The Narrows(47)



“Hey, Ben. Haven’t seen you in a while,” Alvin Toops said, sliding down to Ben’s end of the bar. Toops was a big truck of a guy, with tattoos up and down his arms and a shaved head. A gold hoop hung from each earlobe. “Get you a beer?”

“I’m on the clock. Make it a cranberry and club soda. You still got those minicheeseburgers?”

“Sure do.”

“I’ll have some of those, too.”

Alvin Toops punched Ben’s order onto an LCD screen behind the bar. Then he dumped some cranberry juice into a highball glass, squirted some seltzer into it, and slid it in front of Ben. “How’d the old homestead hold up in the storm?” Toops asked.

“Got some flooding in the cellar,” Ben said, “but otherwise, all is good.”

“Good for you. I didn’t get no flooding up at the house, or here either, for that matter. The power knocking out cost me a small fortune in supplies I had to dump, and Trish chewed my ear off about it, like it was my fault. Like I did some kind of rain dance or something.”

“They’re calling for another storm by the end of the week,” Ben informed him, sipping his cran and soda.

“I heard. I need to get some fuel for the generator for this place. I can’t afford to lose another shipment.”

When the minicheeseburgers arrived, Ben shook copious amounts of ketchup on them then ate them slowly and methodically, like a cow chewing cud. When Ben drained his glass, Alvin Toops appeared to refill it.

“Thanks,” Ben said. “Can I ask you a question? It’s a police question.”

Toops laughed. “Shoot. Am I in trouble?”

“Just a witness,” Ben said, then added, “maybe.”

“Go for it.”

“Did you see Maggie Quedentock in here Friday night?”

“Sure did.” Toops pointed toward the far end of the bar. “Sat right over there.”

“Was she alone?”

“She came in alone,” Toops said, his brows knitted in recollection, “but she talked to a few people throughout the night.”

“About what time did she get here?”

“Maybe seven.”

“And what time did she leave?”

“Not sure. Maybe eight or so.”

“So she didn’t stay very long,” Ben said around a mouthful of cheeseburger.

“Nope.”

“How much did she have to drink?”

“I’m really not sure, Ben. I could pull the receipts and have a look for you.”

“Could you? Is that too much trouble?”

“It’s either that or cater to these deadbeats all night.”

“Hey,” growled one of the deadbeats within earshot.

“If you don’t mind,” Ben said.

“No sweat.” Alvin Toops swiped a dish towel across the top of the bar. “Mrs. Quedentock in some kind of trouble?”

“Just a little fender-bender Friday night,” he said. “Nobody got hurt, except maybe her pride.” He hoped he sounded somewhat disinterested about the whole matter.

“I’ll get right on it,” Toops said, slinging the dish towel over one shoulder and moving toward the bar’s back room.

When he returned with a single receipt, Ben was just finishing up his meal. He downed the rest of his cranberry and soda, dabbed the corners of his mouth with a paper napkin, then took the receipt Alvin Toops handed him.

“It took me a while to find it,” Toops said. “I was searching for her name but I’d forgot that Tom Schuler picked up her tab.”

“Oh yeah?” The receipt showed just two beers: a Heineken and a Budweiser. She hadn’t drunk much at all, assuming one of those beers was Tom’s. The time on the receipt read 8:12 p.m.

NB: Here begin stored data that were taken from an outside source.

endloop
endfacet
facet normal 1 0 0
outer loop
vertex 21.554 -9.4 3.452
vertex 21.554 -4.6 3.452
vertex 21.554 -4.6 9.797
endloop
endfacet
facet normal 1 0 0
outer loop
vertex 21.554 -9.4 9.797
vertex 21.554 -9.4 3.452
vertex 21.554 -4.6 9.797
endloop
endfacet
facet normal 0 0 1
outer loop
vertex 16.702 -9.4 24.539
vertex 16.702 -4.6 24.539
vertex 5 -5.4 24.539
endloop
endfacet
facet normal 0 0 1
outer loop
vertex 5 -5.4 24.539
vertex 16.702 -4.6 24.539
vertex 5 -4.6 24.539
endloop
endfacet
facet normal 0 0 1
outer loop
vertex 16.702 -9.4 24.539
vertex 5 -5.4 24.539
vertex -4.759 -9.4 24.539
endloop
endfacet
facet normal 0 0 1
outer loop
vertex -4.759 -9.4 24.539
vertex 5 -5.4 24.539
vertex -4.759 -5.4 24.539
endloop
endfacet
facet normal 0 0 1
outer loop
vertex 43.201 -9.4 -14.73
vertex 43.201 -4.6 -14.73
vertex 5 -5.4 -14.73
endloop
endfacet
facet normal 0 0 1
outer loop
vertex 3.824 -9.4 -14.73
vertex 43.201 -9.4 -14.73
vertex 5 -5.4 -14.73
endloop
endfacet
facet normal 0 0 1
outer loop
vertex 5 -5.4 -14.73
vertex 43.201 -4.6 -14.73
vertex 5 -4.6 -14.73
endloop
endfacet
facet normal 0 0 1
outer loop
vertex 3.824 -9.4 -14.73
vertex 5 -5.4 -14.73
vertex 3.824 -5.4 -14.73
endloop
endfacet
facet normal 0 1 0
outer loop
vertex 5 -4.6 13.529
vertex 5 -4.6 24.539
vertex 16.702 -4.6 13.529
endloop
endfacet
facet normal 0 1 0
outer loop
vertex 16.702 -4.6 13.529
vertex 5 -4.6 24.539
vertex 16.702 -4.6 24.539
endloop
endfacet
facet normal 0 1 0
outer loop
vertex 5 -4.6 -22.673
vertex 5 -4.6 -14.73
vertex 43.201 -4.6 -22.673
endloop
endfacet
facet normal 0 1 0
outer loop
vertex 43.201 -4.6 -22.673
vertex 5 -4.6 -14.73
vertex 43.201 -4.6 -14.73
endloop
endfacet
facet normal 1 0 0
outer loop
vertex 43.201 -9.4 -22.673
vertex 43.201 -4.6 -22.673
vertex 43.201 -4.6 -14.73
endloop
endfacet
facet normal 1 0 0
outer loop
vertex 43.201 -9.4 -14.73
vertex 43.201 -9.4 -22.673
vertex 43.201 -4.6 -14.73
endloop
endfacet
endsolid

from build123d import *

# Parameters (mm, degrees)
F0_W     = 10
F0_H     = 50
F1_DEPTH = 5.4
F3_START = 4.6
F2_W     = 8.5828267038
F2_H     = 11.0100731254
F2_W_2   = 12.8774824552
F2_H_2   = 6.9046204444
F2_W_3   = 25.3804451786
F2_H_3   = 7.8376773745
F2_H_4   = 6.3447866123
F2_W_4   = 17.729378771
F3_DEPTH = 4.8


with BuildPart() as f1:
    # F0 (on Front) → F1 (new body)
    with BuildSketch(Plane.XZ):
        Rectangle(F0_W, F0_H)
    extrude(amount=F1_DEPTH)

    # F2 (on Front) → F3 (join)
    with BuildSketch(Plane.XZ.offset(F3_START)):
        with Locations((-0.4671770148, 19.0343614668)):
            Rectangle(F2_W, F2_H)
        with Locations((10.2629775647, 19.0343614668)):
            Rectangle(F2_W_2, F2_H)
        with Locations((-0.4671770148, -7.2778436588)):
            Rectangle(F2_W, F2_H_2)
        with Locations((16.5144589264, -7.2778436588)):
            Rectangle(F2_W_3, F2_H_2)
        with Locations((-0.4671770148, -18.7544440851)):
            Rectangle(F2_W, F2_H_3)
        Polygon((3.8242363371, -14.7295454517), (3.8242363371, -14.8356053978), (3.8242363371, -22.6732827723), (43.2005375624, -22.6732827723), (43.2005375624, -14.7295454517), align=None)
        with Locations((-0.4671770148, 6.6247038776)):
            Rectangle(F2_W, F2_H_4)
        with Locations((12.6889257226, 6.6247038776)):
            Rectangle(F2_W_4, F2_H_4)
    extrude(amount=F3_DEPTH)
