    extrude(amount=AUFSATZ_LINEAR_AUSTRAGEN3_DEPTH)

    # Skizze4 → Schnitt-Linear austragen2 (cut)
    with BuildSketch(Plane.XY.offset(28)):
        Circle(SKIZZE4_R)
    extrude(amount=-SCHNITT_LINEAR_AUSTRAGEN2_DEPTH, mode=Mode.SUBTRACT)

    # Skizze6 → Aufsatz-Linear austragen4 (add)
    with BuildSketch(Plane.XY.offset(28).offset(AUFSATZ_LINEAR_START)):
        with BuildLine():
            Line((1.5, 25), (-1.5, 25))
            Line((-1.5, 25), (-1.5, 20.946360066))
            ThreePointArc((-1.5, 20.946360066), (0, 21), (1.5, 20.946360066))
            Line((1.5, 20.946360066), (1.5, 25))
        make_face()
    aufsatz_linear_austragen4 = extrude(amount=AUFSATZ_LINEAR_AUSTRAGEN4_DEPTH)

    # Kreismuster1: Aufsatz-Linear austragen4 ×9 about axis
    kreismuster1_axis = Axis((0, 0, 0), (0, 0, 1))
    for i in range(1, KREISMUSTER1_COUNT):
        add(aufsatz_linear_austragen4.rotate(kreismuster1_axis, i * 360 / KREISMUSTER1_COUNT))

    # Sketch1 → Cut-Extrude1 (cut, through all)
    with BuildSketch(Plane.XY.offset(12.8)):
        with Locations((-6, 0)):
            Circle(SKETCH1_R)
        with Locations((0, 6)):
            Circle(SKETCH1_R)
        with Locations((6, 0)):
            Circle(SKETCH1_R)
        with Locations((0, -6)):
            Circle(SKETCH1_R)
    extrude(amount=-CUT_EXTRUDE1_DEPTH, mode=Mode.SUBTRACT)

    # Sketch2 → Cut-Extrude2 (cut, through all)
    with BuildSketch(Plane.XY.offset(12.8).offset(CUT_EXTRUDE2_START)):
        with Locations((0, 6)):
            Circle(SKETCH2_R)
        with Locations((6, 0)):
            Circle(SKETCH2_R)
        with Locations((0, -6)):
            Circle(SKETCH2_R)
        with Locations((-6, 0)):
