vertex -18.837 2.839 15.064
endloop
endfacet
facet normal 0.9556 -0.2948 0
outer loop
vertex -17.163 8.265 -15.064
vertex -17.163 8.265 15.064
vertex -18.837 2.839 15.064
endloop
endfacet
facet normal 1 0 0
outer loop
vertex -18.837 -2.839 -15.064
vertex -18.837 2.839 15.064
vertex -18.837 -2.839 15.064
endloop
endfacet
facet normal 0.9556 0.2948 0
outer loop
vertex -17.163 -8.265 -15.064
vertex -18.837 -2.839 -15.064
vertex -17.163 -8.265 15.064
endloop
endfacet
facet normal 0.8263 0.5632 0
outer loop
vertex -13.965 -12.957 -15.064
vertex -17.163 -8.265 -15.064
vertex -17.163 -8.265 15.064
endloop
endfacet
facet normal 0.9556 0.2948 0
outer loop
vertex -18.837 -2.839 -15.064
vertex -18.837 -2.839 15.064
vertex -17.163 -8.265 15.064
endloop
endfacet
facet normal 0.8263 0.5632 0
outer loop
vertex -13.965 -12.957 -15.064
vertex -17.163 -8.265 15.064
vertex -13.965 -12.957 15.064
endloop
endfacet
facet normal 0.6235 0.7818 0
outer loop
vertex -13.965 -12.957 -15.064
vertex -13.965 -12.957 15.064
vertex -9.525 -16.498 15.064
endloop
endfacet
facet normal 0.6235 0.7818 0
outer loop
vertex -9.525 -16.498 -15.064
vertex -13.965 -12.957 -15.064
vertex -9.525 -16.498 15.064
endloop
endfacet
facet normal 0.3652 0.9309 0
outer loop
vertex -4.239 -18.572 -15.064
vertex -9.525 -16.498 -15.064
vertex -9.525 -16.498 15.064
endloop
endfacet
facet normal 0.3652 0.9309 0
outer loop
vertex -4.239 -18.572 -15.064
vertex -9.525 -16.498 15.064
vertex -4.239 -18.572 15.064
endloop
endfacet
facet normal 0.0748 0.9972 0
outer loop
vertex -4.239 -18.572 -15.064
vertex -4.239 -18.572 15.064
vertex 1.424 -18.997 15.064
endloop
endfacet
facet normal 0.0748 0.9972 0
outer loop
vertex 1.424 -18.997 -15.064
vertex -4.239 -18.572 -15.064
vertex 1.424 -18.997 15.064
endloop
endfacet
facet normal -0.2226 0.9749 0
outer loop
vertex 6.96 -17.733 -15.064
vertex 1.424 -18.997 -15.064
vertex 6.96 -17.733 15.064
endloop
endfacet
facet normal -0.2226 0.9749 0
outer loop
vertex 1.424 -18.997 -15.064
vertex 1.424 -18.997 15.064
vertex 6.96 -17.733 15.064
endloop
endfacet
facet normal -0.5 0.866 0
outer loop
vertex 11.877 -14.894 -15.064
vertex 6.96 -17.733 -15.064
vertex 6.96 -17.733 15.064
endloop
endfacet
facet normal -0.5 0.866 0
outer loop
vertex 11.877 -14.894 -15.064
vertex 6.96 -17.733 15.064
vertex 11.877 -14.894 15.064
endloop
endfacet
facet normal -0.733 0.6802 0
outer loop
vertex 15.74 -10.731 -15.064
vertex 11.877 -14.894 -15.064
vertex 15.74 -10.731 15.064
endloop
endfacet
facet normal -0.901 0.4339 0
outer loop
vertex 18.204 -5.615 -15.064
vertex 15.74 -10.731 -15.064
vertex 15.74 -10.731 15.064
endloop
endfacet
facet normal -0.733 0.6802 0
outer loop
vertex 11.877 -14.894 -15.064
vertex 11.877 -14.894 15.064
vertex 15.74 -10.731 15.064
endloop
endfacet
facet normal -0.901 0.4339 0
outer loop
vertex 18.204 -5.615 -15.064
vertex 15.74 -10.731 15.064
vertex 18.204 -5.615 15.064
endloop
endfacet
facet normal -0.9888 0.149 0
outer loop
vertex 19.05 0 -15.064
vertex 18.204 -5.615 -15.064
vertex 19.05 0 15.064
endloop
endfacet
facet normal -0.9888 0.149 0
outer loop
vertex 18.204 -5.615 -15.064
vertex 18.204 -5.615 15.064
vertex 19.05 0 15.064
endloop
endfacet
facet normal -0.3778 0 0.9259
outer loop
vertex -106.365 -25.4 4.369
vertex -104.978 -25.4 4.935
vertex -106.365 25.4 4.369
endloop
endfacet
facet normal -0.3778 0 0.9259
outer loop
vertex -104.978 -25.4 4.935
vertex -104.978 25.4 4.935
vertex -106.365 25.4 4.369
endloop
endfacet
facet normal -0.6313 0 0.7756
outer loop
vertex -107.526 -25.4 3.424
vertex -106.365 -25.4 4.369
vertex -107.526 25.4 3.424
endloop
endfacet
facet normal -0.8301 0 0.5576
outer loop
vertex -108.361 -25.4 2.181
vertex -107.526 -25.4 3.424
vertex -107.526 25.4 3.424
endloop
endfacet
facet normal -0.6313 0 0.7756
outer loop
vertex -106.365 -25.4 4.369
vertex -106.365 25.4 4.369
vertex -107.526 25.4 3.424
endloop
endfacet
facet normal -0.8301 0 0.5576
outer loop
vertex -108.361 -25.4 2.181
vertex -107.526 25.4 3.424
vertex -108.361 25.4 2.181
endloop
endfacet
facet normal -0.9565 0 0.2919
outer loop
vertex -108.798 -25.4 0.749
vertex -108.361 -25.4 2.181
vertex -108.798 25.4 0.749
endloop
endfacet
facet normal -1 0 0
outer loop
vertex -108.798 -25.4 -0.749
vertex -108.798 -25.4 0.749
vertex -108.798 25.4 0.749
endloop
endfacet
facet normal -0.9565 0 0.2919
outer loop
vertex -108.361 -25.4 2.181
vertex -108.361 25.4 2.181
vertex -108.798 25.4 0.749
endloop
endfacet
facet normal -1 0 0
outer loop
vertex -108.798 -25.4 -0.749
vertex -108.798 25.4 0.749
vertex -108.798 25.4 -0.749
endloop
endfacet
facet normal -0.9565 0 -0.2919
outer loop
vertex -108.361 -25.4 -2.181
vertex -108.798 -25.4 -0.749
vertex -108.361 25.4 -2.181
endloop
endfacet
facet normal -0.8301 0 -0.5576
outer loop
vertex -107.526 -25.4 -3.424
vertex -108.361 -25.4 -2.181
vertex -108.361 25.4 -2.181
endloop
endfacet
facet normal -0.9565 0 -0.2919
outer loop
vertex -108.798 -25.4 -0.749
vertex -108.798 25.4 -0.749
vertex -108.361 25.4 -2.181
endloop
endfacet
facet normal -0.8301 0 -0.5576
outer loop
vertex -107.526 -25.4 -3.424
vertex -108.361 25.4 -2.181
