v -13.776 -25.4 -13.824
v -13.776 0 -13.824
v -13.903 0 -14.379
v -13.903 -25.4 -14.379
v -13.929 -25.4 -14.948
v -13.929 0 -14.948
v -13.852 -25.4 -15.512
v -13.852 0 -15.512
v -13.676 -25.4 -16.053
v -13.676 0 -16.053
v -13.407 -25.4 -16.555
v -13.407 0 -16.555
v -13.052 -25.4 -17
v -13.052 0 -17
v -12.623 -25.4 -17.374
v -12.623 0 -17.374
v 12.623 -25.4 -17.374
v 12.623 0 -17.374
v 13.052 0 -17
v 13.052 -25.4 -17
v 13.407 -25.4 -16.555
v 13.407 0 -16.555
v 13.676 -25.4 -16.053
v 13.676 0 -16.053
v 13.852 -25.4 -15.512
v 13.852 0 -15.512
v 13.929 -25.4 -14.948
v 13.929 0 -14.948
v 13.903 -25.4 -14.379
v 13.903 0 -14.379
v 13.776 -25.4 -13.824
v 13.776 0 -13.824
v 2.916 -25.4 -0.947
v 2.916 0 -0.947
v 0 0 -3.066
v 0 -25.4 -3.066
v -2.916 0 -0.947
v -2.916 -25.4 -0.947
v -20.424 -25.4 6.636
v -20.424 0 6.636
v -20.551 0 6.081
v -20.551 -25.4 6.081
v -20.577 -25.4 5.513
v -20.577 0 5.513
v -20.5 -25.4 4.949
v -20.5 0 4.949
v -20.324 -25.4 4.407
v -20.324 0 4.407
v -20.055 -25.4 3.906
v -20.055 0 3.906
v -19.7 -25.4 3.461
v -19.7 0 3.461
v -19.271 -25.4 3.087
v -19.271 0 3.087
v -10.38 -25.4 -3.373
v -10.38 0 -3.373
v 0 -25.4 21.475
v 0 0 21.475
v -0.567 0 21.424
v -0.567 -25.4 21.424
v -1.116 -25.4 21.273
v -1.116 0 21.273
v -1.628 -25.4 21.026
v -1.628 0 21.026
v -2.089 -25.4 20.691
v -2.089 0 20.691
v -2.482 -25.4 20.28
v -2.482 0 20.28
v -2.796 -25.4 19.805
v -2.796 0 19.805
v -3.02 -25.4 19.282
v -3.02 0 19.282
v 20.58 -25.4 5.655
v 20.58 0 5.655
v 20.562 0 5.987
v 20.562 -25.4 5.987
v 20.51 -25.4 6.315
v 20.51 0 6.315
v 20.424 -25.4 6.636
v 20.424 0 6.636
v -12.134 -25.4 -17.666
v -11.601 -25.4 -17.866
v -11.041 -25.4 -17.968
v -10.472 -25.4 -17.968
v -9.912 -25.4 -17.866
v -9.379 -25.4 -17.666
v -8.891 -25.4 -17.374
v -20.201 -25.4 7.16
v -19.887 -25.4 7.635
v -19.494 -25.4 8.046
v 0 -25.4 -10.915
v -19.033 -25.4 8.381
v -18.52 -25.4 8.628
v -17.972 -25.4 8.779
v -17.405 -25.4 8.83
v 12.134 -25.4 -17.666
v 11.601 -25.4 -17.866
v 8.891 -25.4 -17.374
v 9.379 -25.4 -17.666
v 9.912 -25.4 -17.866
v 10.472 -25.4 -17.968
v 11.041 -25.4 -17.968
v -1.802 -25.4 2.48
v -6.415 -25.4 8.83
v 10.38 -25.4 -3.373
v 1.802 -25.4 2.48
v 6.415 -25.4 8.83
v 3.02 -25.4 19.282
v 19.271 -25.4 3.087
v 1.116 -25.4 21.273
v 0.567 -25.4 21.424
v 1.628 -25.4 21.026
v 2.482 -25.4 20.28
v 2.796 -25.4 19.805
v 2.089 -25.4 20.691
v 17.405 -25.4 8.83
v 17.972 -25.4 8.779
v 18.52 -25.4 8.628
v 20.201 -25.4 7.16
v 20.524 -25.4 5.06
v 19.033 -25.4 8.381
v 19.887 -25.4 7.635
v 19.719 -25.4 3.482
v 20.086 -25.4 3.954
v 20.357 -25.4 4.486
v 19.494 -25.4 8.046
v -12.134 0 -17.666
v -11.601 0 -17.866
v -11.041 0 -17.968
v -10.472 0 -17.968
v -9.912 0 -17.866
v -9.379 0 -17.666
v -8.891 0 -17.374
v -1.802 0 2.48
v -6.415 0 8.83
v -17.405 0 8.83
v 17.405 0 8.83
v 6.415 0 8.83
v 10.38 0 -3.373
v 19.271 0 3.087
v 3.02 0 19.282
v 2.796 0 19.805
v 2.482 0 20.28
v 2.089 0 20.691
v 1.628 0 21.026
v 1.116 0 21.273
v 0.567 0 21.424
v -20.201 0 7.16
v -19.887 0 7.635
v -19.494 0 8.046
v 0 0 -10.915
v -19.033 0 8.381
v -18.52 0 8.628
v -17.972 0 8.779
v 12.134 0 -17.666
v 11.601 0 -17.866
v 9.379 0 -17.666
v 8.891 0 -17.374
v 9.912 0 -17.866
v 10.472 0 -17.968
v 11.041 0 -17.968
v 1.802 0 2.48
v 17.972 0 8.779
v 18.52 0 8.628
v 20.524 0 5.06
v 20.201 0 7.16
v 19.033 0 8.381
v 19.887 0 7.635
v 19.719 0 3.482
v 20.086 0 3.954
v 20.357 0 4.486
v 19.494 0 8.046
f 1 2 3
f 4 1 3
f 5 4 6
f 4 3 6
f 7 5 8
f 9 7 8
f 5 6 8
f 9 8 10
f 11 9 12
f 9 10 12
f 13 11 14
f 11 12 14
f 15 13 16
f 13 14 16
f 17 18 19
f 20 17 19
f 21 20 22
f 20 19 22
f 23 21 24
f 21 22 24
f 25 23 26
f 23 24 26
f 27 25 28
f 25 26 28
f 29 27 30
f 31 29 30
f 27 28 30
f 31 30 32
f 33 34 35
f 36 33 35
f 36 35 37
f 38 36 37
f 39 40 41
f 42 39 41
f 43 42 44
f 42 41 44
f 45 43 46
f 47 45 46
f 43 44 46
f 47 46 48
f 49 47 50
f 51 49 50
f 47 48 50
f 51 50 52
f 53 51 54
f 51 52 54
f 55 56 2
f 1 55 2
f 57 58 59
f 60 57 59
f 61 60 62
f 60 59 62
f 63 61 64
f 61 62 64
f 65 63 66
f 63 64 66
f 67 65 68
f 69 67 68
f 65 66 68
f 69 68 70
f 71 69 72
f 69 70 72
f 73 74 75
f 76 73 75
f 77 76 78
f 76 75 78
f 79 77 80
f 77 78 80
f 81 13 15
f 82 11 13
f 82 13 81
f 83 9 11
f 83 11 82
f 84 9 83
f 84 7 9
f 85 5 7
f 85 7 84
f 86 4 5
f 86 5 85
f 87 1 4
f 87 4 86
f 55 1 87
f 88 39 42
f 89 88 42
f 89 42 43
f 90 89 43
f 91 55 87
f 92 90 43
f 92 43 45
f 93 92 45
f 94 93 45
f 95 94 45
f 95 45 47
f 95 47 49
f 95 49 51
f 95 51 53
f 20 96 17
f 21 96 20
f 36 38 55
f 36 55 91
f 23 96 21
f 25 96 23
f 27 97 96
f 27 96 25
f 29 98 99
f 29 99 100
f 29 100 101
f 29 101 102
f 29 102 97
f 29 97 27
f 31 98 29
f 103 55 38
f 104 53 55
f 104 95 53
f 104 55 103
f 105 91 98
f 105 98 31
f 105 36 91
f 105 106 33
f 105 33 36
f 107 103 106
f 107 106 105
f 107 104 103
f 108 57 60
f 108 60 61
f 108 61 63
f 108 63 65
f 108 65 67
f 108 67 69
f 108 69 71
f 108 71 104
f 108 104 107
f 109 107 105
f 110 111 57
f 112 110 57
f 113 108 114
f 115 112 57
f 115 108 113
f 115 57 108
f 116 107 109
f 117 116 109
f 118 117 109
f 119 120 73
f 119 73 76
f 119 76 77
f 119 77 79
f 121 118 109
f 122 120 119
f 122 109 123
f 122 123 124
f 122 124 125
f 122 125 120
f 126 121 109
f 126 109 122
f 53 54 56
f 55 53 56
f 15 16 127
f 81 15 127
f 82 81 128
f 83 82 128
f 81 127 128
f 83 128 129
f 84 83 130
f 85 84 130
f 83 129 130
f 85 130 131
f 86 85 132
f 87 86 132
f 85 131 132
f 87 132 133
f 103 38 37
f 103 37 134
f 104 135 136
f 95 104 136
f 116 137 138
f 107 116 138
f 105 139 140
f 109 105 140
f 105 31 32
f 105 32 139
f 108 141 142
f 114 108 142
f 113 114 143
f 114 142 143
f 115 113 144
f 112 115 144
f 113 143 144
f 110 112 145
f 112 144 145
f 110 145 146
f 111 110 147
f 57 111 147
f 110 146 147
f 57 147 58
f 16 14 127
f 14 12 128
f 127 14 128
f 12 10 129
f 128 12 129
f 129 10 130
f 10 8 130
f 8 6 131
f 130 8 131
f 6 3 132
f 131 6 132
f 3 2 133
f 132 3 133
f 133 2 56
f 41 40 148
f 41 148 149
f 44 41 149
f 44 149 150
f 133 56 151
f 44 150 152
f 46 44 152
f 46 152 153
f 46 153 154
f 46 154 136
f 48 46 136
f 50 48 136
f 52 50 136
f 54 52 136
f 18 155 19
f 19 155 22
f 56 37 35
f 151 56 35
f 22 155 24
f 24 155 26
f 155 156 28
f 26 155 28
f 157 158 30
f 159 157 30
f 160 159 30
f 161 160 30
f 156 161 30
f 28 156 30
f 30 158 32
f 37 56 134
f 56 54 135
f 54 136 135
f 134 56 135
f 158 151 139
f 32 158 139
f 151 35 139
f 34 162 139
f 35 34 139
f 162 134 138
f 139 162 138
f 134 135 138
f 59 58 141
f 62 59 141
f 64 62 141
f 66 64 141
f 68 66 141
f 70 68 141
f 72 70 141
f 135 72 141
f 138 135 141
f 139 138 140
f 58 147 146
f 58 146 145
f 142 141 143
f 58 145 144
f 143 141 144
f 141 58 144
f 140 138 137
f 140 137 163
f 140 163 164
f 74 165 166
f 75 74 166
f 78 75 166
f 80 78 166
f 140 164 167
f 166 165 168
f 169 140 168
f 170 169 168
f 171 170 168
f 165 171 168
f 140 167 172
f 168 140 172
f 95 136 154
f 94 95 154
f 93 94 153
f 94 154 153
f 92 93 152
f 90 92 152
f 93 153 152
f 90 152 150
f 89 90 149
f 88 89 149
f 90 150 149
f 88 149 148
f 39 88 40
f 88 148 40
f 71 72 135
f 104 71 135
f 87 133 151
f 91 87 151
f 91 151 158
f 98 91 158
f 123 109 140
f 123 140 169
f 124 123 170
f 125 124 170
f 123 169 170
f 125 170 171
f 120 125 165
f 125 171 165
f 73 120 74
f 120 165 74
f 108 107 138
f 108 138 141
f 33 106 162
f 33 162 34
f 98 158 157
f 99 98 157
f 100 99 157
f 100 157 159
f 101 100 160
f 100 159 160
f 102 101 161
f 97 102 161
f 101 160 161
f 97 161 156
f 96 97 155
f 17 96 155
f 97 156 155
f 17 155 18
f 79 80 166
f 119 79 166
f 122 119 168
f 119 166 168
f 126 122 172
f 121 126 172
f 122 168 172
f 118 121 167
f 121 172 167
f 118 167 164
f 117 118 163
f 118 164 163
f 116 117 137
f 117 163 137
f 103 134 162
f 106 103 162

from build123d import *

# Parameters (mm, degrees)
F1_DEPTH = 25.4
F2_DEPTH = 25.4
F3_DEPTH = 25.4
F4_DEPTH = 25.4
F5_DEPTH = 25.4


with BuildPart() as f1:
    # F0 (on Front) → F1 (new body)
    with BuildSketch(Plane.XZ):
        with BuildLine():
            ThreePointArc((3.0196044392, 17.3193664988), (3.1359104814, 17.8038160294), (3.175, 18.3004954559))
            ThreePointArc((3.175, 18.3004954559), (3.1359104814, 18.7971748824), (3.0196044392, 19.2816244131))
            ThreePointArc((3.0196044392, 19.2816244131), (1.8662181994, 20.8691243961), (5.78e-08, 21.4754954559))
            ThreePointArc((5.78e-08, 21.4754954559), (-1.866217236, 20.869125096), (-3.019603739, 19.2816265682))
            ThreePointArc((-3.019603739, 19.2816265682), (-3.175, 18.3004954559), (-3.019603739, 17.3193643436))
            ThreePointArc((-3.019603739, 17.3193643436), (1.133e-06, 15.1254954559), (3.0196044392, 17.3193664988))
        make_face()
        with BuildLine():
            Line((0.261295375, 8.8301641014), (3.0196044392, 17.3193664988))
            ThreePointArc((3.0196044392, 17.3193664988), (1.133e-06, 15.1254954559), (-3.019603739, 17.3193643436))
            Line((-3.019603739, 17.3193643436), (-0.261295375, 8.8301641014))
            Line((-0.261295375, 8.8301641014), (0.261295375, 8.8301641014))
        make_face()
        with BuildLine():
            Line((-0.261295375, 8.8301641014), (-3.019603739, 17.3193643436))
            ThreePointArc((-3.019603739, 17.3193643436), (-3.175, 18.3004954559), (-3.019603739, 19.2816265682))
            Line((-3.019603739, 19.2816265682), (-6.4154897489, 8.8301641014))
            Line((-6.4154897489, 8.8301641014), (-0.261295375, 8.8301641014))
        make_face()
        Polygon((0, 8.0259796274), (-0.261295375, 8.8301641014), (-6.4154897489, 8.8301641014), (-8.3172403971, 2.9771774395), (-7.6331602243, 2.4801641014), (-1.8019446961, 2.4801641014), align=None)
        Polygon((-2.9156077641, -0.947338389), (-1.8019446961, 2.4801641014), (-7.6331602243, 2.4801641014), align=None)
        Polygon((-4.7175524602, -6.493153915), (-2.9156077641, -0.947338389), (-7.6331602243, 2.4801641014), (-8.47872982, 2.4801641014), (-10.3804804682, -3.3728225605), (-5.401632633, -6.9901672532), align=None)
        with BuildLine():
            Line((-5.401632633, -6.9901672532), (-10.3804804682, -3.3728225605))
            Line((-10.3804804682, -3.3728225605), (-13.7763657779, -13.8242828722))
            ThreePointArc((-13.7763657779, -13.8242828722), (-13.3253902958, -12.9391936533), (-12.6229795147, -12.2367828722))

“I can make you a copy of it, if you want,” Toops offered.

Ben handed him the receipt back. “That’s okay. Just curious, I guess. No need to make a federal case.”

“Roger that,” Toops said, examining the receipt himself now, as if able to divine something from it. He stuffed it into the breast pocket of his shirt just as Ben tossed his balled-up napkin onto his plate.



4



Later, Ben arrived at the station to find things quiet. Shirley was in the dispatch office, feeding her goldfish and playing her iPod through a set of small plastic speakers on her desk. Without checking the roster, he knew Platt and Haggis had the evening shift, though he was willing to cut one of them loose since they’d gotten up early that morning to assist with the search for Matthew Crawly. Let them bang it out between the two of them which one should get to go home.

“Joe and Mel around?” he asked Shirley, leaning in the doorway.

“They’re out at Ted Minsky’s farm on a call.” She set the jar of fish food down beside the fish tank then turned around in her swivel chair. She wore a pair of bifocals halfway down her nose. “Another call about mutilated livestock.”

“Oh you’ve got to be kidding me.”

“They just left, if you wanted to catch them.”

Ben rubbed his tired eyes.

“What time did you get up this morning?”

“I don’t know. Four thirty, maybe.”

“You’re really worried about Wendy’s kid. You think something bad happened to him.”